The weeks before school starts are one of the best times to set up a study routine. There is no homework pressure, no assignments due, and no exams to worry about. That makes it the ideal window to build habits that will carry through the rest of the year.
This does not mean turning the summer holidays into a boot camp. It means putting a simple, repeatable structure in place so that when school begins, your child already knows when and how they study.
Start Small and Build Up
A common mistake is trying to go from zero study to an hour a day overnight. It does not stick. Start with 15 to 20 minutes a day and build from there. The goal is consistency, not volume. A student who does 20 minutes every day for a month will retain more than one who does two hours twice and then stops.
Pick a fixed time each day. After breakfast, after lunch, before dinner. It does not matter when, as long as it becomes predictable. Once the time slot is automatic, the habit takes care of itself.
Choose the Right Material
What your child works on during those 20 minutes matters. Sitting at a desk staring at a textbook is not studying. Give them something specific: a chapter to read, a set of maths problems, a short piece to write. The task should be clear and completable in the time available.
If your child is heading into a new year level, preview material from the upcoming syllabus can help. Even light exposure to new topics means they are not seeing everything for the first time in class.
Create a Dedicated Space
Students study better when they have a consistent place to do it. It does not need to be a separate room. A desk in their bedroom, the dining table after it has been cleared, anywhere that is quiet and free from screens works. The key is that the space signals study time.
Keep the phone out of the room or in another part of the house during study time. Even having a phone face-down on the desk is enough to reduce focus.
Make It Visible
A simple weekly planner on the wall or fridge helps younger students see their routine. Write down the study time, what they are working on, and tick it off when it is done. The visual progress is motivating and helps parents stay across what is happening without having to ask every day.

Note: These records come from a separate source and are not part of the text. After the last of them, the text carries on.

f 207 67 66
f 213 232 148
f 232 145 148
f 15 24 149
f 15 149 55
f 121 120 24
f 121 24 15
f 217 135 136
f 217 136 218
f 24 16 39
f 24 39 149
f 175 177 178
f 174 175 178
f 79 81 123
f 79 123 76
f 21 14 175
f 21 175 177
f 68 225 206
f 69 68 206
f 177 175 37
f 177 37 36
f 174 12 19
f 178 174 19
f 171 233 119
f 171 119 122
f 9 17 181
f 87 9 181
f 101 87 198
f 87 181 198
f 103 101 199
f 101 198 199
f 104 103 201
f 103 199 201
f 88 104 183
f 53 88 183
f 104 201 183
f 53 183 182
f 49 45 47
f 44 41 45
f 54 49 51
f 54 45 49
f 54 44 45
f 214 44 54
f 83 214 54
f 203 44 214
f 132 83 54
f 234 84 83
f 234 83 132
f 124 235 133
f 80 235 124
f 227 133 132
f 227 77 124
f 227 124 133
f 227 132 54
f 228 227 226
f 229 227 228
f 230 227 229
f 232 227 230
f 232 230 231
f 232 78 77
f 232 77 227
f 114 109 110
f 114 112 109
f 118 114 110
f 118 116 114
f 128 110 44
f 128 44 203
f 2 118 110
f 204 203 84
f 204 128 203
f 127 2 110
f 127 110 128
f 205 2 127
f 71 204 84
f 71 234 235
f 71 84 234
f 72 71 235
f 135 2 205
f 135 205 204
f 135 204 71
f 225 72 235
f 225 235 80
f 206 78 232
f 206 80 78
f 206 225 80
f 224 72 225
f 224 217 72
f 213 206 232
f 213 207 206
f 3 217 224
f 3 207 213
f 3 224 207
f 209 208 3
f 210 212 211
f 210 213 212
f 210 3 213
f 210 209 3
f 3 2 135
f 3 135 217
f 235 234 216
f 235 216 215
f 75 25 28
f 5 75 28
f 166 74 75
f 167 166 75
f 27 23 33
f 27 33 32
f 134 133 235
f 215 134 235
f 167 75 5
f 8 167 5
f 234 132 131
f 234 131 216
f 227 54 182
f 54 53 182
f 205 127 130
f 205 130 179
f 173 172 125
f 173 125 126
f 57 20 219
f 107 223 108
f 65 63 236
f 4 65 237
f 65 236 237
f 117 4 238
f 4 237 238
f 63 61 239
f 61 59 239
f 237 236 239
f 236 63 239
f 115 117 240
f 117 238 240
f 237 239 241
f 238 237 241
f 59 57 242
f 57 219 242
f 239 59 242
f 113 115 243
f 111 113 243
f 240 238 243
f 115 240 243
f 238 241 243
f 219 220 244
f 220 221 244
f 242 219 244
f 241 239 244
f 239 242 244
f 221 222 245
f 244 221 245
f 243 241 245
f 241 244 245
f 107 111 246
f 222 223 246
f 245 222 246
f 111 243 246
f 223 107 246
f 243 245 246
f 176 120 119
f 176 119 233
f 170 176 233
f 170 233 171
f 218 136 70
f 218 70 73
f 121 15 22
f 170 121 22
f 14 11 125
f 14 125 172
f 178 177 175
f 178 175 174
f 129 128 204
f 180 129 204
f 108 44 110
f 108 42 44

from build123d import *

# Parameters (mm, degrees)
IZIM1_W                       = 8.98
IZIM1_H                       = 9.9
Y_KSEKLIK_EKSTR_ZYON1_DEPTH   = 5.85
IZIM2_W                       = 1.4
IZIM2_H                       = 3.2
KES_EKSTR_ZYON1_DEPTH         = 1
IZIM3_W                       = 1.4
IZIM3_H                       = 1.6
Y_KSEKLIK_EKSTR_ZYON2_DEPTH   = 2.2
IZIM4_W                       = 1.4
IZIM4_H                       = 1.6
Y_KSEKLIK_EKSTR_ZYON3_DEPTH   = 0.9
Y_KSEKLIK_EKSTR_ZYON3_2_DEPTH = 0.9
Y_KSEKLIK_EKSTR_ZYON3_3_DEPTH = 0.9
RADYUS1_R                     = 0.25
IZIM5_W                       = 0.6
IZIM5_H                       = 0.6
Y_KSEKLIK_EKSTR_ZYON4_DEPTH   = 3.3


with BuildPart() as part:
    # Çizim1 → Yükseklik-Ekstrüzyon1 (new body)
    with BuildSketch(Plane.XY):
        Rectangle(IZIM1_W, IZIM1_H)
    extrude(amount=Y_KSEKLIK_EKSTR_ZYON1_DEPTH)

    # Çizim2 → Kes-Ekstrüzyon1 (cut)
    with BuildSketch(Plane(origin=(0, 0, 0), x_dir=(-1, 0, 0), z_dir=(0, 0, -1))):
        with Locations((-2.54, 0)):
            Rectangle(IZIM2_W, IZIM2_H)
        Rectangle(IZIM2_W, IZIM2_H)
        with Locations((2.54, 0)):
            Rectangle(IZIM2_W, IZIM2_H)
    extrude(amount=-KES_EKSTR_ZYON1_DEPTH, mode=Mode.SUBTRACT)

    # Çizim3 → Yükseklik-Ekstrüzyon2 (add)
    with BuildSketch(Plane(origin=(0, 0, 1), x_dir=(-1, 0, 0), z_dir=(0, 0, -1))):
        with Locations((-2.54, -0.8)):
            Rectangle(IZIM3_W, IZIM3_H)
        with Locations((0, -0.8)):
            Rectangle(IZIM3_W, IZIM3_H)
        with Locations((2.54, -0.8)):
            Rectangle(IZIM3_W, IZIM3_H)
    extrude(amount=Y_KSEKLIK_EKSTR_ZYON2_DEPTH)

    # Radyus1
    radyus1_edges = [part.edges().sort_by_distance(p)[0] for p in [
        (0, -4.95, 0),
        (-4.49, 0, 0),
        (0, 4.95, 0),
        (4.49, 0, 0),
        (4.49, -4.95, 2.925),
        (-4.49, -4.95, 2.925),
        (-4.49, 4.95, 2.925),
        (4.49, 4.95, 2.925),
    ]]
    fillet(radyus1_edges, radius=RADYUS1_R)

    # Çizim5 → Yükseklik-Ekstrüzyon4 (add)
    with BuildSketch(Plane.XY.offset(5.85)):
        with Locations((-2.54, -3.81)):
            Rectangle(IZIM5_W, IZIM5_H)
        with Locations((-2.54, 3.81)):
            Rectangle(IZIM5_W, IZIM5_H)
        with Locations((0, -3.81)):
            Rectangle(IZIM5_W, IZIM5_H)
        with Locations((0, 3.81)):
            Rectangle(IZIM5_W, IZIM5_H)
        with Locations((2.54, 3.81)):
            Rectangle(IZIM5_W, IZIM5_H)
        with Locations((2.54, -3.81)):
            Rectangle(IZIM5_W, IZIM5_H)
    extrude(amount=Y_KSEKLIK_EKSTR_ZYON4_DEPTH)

For older students, a planner app or notebook works. The format does not matter as long as the routine is written down somewhere and reviewed regularly.
What to Expect
There will be resistance at first. That is normal. The first two weeks are the hardest because the habit is not yet automatic. After three to four weeks of consistent practice, most students settle into it and it stops feeling like a chore.
The payoff shows up once school starts. Students with an established routine do not struggle to find time for homework or revision. They already have a system in place, and that gives them a real advantage over classmates who are still figuring it out in Week 3.